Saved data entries
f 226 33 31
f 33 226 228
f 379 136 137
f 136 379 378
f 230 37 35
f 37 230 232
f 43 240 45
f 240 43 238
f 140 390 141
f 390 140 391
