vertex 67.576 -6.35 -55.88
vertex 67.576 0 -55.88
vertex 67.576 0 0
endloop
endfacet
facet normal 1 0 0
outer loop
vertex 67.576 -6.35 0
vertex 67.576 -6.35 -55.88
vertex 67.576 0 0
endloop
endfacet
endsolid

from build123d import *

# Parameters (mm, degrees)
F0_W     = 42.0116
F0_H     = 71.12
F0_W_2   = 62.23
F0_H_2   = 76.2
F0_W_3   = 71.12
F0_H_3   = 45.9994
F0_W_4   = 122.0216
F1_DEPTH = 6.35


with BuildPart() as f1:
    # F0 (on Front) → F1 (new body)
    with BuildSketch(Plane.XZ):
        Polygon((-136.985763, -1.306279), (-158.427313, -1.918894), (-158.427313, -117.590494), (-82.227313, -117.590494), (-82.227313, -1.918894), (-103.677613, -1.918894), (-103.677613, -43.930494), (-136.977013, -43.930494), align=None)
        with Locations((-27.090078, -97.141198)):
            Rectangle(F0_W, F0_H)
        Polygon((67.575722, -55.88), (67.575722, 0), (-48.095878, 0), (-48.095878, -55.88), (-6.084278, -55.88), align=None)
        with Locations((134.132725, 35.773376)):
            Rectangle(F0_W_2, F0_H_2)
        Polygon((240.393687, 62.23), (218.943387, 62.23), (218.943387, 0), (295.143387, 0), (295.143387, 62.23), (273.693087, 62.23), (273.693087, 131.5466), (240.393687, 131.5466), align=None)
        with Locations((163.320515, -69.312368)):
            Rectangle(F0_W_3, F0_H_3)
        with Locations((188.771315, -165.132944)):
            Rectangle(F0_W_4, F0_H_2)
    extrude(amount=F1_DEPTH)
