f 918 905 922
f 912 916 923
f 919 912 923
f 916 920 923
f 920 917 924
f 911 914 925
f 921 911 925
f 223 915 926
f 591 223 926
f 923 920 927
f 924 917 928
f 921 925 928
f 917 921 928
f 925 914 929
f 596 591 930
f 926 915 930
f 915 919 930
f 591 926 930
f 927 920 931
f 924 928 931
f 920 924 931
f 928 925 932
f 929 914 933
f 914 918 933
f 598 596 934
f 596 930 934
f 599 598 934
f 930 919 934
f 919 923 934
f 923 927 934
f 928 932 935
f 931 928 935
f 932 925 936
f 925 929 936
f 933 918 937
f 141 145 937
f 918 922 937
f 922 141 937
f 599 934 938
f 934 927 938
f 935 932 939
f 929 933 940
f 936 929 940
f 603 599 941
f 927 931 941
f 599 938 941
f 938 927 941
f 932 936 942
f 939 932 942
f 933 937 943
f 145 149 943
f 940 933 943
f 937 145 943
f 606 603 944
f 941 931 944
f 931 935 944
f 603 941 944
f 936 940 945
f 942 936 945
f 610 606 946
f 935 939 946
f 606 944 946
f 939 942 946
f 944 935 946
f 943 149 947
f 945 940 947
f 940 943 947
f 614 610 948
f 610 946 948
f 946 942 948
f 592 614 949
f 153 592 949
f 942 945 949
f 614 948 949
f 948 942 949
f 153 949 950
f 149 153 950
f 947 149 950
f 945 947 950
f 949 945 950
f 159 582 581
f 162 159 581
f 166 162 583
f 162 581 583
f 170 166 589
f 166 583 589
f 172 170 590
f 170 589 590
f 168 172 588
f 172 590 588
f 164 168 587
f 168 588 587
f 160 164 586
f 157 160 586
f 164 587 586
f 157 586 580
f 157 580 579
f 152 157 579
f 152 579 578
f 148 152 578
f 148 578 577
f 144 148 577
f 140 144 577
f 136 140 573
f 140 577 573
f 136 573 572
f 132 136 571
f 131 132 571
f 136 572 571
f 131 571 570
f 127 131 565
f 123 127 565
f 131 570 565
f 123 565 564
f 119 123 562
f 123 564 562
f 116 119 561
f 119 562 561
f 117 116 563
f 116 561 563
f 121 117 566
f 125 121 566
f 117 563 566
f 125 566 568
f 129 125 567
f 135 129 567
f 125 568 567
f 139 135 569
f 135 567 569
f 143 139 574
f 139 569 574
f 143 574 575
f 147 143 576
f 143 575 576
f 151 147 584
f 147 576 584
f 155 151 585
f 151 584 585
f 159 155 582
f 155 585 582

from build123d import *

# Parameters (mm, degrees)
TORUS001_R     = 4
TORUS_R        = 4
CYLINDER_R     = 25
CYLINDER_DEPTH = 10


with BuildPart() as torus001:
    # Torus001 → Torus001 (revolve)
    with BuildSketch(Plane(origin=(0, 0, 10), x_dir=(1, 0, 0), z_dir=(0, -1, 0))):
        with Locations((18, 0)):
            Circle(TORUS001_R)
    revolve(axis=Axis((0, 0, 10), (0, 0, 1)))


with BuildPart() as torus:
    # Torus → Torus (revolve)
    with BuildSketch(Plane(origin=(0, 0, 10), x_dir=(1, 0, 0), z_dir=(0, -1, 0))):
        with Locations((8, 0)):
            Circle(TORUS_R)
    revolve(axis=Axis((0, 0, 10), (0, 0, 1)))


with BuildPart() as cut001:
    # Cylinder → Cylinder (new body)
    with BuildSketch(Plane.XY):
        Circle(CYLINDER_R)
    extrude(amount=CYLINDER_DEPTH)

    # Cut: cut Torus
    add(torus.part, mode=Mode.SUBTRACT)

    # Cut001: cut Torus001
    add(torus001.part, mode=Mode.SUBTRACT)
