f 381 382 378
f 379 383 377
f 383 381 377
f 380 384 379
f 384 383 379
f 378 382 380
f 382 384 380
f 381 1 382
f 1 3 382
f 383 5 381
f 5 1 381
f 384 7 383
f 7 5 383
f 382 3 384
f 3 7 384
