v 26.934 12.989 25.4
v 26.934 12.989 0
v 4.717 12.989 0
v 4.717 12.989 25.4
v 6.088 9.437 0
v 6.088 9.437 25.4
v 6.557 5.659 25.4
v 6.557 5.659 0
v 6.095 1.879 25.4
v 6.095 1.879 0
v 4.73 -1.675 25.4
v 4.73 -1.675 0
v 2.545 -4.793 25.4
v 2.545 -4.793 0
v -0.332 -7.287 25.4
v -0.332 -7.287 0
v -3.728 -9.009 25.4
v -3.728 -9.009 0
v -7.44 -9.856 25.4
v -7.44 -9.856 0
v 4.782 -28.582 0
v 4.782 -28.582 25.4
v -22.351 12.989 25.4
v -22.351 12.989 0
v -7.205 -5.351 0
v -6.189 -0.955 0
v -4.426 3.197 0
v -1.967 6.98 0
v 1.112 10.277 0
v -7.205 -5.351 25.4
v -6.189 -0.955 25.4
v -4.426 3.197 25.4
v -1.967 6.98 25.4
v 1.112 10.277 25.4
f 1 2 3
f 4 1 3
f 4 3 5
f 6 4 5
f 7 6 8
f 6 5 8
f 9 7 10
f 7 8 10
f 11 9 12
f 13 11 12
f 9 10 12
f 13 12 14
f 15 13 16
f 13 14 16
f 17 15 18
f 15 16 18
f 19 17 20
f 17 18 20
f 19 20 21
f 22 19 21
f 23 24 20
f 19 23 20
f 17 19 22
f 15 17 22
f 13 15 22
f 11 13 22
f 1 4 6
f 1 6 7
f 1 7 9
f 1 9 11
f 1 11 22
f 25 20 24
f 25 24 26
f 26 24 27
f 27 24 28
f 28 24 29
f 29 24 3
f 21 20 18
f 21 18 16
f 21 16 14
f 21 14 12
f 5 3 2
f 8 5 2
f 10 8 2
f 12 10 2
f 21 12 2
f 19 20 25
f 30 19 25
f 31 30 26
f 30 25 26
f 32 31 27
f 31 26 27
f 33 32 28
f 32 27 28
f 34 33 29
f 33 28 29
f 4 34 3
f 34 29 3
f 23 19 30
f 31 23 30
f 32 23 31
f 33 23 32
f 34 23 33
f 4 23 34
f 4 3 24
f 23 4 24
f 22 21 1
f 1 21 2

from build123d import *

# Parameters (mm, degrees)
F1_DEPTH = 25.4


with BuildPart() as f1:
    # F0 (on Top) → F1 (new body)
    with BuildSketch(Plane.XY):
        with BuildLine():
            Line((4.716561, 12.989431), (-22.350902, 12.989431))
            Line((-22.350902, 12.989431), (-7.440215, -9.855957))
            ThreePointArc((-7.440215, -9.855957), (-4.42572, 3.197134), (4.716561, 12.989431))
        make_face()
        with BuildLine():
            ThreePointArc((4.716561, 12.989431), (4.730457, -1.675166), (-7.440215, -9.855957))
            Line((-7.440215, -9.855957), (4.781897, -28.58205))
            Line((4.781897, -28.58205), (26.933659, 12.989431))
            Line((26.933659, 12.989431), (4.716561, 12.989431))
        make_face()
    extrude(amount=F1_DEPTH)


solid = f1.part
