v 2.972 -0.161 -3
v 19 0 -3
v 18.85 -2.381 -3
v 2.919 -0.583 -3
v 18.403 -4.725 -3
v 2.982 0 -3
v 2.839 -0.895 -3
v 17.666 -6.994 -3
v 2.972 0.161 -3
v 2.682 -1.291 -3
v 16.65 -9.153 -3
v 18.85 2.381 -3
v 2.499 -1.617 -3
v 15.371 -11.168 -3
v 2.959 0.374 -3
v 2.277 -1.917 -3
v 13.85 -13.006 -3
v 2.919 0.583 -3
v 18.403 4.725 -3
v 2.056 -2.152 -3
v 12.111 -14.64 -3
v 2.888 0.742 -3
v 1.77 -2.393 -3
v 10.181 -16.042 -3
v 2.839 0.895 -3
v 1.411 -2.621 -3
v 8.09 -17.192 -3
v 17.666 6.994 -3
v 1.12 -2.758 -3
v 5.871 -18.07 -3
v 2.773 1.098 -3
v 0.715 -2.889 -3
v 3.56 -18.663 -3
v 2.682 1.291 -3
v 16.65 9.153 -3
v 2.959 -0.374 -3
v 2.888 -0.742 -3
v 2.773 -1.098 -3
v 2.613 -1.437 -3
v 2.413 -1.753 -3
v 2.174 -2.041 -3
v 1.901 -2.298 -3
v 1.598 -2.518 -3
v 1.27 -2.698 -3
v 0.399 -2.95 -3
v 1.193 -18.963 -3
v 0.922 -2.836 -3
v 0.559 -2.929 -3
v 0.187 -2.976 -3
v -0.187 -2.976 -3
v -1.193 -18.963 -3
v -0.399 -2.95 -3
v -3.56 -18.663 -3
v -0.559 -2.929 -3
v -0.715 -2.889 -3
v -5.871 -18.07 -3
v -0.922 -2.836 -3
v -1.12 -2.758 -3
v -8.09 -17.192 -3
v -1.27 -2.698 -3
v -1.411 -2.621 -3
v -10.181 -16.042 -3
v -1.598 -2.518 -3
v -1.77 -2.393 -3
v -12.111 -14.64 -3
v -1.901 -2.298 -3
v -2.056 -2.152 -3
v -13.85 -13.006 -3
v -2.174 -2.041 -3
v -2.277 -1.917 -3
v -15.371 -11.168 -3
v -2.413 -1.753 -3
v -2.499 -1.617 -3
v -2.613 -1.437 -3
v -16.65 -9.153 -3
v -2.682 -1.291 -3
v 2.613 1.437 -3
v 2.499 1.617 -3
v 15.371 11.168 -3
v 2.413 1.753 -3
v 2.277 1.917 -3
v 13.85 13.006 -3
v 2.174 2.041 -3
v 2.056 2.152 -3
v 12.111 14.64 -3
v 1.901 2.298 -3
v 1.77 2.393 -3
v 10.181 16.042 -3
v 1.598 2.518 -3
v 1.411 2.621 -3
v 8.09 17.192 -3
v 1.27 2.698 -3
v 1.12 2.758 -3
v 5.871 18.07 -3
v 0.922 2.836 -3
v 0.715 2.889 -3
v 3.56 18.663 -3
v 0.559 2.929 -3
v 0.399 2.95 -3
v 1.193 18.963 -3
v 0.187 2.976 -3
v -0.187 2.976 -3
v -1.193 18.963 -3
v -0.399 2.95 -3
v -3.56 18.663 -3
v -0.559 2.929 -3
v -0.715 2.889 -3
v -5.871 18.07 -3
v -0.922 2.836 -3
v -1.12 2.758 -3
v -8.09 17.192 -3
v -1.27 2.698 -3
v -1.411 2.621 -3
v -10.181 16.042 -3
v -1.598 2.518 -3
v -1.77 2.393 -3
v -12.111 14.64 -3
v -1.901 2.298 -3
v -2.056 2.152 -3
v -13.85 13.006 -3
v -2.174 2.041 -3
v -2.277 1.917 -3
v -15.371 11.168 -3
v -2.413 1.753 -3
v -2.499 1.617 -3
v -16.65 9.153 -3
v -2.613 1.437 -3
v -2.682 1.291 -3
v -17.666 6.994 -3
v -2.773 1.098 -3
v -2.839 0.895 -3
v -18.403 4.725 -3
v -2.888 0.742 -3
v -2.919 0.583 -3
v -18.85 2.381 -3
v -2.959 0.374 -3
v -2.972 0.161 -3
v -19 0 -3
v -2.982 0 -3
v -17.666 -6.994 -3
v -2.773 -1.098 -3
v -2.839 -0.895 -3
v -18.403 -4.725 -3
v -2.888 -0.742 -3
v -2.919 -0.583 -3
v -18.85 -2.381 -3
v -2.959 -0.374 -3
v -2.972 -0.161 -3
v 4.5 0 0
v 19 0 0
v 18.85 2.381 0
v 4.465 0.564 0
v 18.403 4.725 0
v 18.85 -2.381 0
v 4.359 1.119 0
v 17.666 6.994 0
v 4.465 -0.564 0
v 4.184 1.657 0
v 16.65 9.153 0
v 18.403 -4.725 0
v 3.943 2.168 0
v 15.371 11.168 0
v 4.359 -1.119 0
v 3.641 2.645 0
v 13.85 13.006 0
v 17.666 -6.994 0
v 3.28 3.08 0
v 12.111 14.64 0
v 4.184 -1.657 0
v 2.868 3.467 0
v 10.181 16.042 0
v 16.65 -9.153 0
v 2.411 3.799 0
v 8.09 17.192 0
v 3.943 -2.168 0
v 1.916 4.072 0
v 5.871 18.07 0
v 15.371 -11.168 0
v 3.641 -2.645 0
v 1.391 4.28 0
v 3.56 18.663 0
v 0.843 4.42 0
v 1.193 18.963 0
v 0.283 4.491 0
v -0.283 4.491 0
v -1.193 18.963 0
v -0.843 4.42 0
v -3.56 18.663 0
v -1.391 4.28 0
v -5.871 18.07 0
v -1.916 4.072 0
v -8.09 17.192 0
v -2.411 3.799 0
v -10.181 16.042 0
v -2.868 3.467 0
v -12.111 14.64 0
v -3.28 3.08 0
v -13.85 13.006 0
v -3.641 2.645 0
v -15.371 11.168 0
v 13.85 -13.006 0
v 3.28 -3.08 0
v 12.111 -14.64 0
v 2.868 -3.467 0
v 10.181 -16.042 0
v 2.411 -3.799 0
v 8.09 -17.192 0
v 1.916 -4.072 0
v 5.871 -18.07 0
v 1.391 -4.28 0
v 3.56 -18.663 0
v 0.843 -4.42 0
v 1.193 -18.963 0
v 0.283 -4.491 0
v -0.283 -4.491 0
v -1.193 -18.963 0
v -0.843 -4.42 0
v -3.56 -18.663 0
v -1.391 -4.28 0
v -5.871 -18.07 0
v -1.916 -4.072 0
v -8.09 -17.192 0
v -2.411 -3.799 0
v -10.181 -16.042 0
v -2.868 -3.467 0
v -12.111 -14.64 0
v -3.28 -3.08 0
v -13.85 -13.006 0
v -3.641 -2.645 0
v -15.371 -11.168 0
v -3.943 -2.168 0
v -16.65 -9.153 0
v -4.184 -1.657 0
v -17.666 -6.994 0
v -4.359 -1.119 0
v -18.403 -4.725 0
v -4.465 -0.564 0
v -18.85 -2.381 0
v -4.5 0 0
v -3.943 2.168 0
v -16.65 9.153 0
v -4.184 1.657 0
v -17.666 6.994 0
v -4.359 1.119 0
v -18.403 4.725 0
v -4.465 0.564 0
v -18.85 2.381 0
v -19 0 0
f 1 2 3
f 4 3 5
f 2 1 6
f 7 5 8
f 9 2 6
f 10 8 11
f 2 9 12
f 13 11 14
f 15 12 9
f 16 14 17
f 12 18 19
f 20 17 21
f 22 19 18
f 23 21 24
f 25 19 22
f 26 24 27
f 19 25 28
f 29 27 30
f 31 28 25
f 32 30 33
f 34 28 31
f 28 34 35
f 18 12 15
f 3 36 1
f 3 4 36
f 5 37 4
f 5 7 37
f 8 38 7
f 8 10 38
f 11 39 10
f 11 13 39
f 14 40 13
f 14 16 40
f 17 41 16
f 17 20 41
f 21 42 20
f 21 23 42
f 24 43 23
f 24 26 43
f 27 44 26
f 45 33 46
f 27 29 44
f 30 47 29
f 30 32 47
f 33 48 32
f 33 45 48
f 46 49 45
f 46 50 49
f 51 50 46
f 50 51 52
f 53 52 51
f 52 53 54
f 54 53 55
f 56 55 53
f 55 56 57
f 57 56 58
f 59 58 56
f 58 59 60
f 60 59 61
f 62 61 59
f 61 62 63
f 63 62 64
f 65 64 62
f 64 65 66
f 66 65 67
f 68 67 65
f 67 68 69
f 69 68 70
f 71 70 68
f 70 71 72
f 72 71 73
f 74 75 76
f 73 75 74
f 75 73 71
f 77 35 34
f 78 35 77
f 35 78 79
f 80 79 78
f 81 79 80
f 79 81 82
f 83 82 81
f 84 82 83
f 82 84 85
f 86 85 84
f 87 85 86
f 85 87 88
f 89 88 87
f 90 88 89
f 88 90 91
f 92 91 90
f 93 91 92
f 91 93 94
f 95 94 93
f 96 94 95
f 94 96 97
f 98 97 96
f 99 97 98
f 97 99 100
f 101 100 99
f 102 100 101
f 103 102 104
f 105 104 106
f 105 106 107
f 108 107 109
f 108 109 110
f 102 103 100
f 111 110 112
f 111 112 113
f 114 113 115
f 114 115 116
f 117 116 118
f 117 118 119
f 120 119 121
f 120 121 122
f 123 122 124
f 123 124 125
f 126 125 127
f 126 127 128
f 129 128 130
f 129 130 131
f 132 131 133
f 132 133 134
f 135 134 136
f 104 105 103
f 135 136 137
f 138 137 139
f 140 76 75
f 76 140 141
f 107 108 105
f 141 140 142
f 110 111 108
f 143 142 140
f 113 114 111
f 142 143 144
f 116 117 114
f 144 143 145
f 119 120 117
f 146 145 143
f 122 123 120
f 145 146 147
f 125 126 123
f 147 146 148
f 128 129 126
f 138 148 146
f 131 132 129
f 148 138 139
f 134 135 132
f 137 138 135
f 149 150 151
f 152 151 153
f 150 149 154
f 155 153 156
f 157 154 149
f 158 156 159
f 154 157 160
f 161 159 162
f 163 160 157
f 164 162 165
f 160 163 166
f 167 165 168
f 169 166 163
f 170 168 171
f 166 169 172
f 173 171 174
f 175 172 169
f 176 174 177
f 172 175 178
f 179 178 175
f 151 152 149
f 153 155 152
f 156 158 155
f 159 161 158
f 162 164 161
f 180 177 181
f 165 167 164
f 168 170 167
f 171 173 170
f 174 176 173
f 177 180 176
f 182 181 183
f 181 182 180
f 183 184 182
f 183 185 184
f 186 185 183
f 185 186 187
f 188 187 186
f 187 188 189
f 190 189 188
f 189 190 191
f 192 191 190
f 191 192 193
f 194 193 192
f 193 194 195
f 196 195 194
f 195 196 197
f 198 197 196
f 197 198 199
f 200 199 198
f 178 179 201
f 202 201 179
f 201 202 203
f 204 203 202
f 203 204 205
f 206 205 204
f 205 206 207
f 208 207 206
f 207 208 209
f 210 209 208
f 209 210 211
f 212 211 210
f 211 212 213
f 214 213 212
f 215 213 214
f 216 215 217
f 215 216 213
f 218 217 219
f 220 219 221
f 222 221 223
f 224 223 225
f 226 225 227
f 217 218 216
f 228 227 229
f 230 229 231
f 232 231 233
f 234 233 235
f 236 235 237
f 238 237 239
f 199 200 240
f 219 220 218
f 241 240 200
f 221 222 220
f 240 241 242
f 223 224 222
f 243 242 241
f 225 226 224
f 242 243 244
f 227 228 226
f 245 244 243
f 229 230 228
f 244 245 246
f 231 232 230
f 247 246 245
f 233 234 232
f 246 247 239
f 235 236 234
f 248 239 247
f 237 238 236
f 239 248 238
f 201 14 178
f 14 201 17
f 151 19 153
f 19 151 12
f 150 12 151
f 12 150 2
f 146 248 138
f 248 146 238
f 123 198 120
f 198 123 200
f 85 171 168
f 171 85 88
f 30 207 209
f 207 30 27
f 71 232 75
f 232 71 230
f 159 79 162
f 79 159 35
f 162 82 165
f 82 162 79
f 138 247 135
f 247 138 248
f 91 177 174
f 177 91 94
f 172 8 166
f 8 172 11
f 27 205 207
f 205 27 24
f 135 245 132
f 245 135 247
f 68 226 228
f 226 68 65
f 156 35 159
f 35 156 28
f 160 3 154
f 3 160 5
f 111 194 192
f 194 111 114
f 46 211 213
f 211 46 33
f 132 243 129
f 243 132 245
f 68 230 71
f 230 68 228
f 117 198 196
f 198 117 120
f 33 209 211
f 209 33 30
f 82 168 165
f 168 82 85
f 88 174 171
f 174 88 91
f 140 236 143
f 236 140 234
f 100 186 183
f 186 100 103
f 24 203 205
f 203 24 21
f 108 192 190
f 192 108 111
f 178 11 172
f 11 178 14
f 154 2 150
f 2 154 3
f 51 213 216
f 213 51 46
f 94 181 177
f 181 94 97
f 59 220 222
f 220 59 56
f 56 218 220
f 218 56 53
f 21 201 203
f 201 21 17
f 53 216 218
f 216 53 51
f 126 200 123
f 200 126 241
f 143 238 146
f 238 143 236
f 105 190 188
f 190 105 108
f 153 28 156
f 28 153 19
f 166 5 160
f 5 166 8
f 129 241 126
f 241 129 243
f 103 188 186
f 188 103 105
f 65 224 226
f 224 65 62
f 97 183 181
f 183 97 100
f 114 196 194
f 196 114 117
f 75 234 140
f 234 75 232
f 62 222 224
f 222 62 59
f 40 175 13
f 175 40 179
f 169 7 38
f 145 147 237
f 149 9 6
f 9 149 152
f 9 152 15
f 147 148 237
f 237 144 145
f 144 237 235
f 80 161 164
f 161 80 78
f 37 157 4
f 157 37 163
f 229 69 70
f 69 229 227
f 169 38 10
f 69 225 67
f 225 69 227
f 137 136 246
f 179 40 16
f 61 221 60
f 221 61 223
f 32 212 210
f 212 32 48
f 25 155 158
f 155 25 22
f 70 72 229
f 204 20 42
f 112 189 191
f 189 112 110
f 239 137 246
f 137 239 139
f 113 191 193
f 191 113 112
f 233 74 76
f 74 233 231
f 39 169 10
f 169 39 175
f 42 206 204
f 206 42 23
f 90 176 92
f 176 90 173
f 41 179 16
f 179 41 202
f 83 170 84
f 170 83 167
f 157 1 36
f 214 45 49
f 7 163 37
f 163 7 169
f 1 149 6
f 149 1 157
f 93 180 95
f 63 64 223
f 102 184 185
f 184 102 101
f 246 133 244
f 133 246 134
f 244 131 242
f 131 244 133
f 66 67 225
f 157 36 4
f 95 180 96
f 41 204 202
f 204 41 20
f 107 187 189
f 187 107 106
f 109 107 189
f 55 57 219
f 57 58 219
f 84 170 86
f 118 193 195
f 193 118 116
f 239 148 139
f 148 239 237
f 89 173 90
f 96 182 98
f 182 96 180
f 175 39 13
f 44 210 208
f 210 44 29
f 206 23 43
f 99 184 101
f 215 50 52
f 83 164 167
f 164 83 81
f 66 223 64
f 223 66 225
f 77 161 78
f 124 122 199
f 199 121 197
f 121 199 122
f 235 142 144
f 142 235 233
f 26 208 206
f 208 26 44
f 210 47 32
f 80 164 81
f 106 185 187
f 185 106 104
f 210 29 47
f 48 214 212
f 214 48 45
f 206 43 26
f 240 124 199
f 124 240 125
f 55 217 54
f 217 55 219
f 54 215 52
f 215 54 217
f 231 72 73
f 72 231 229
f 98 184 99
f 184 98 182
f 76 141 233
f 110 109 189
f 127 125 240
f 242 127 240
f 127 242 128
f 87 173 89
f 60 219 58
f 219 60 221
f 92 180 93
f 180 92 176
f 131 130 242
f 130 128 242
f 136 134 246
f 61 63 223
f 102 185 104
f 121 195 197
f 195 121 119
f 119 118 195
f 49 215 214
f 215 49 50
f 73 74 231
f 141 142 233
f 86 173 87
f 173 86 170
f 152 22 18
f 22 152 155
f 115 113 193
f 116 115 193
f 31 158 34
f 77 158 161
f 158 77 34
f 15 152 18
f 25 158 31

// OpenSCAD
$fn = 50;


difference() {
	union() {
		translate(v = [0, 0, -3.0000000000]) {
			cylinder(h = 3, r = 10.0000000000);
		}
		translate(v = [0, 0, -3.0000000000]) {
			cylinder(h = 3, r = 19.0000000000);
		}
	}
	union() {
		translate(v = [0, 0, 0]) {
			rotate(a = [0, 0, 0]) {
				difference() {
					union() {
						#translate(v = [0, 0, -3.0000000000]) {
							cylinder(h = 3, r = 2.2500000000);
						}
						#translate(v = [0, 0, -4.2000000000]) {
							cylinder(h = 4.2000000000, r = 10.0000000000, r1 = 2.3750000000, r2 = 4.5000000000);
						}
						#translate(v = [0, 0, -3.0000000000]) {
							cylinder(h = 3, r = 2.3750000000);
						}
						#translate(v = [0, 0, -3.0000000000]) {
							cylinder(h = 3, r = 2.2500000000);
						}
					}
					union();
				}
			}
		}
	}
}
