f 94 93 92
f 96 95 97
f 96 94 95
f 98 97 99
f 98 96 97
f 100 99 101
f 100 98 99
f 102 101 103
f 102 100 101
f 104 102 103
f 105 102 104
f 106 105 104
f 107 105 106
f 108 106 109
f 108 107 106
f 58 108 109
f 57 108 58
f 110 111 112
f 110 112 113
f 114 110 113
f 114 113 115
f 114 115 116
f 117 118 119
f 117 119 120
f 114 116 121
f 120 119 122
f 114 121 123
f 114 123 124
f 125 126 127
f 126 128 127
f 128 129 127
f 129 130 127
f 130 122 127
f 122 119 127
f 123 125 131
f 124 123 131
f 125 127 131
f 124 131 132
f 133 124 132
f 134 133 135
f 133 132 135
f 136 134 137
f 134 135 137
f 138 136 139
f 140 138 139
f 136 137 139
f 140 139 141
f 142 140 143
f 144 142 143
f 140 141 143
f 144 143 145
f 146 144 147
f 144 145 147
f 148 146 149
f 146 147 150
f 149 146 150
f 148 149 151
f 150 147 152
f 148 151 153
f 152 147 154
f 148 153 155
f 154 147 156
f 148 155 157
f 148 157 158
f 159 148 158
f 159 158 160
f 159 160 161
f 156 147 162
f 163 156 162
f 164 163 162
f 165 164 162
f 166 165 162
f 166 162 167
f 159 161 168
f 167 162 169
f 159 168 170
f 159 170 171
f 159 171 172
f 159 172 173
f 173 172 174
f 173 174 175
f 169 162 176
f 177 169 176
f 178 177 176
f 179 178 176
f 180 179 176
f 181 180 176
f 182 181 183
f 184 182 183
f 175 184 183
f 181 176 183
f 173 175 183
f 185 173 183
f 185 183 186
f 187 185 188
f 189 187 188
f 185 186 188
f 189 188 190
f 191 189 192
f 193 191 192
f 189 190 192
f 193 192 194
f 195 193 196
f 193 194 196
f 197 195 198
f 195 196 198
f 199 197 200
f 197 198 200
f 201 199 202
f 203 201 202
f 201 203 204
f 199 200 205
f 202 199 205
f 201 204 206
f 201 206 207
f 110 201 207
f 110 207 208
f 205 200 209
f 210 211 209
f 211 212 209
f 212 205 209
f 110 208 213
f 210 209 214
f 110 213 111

* **Activity**: Copy out the lines above exactly, beginning at the one that contains "f 141 145 937" and ending at the one that contains "f 116 119 561".

* **Response**:
f 141 145 937
f 918 922 937
f 922 141 937
f 599 934 938
f 934 927 938
f 935 932 939
f 929 933 940
f 936 929 940
f 603 599 941
f 927 931 941
f 599 938 941
f 938 927 941
f 932 936 942
f 939 932 942
f 933 937 943
f 145 149 943
f 940 933 943
f 937 145 943
f 606 603 944
f 941 931 944
f 931 935 944
f 603 941 944
f 936 940 945
f 942 936 945
f 610 606 946
f 935 939 946
f 606 944 946
f 939 942 946
f 944 935 946
f 943 149 947
f 945 940 947
f 940 943 947
f 614 610 948
f 610 946 948
f 946 942 948
f 592 614 949
f 153 592 949
f 942 945 949
f 614 948 949
f 948 942 949
f 153 949 950
f 149 153 950
f 947 149 950
f 945 947 950
f 949 945 950
f 159 582 581
f 162 159 581
f 166 162 583
f 162 581 583
f 170 166 589
f 166 583 589
f 172 170 590
f 170 589 590
f 168 172 588
f 172 590 588
f 164 168 587
f 168 588 587
f 160 164 586
f 157 160 586
f 164 587 586
f 157 586 580
f 157 580 579
f 152 157 579
f 152 579 578
f 148 152 578
f 148 578 577
f 144 148 577
f 140 144 577
f 136 140 573
f 140 577 573
f 136 573 572
f 132 136 571
f 131 132 571
f 136 572 571
f 131 571 570
f 127 131 565
f 123 127 565
f 131 570 565
f 123 565 564
f 119 123 562
f 123 564 562
f 116 119 561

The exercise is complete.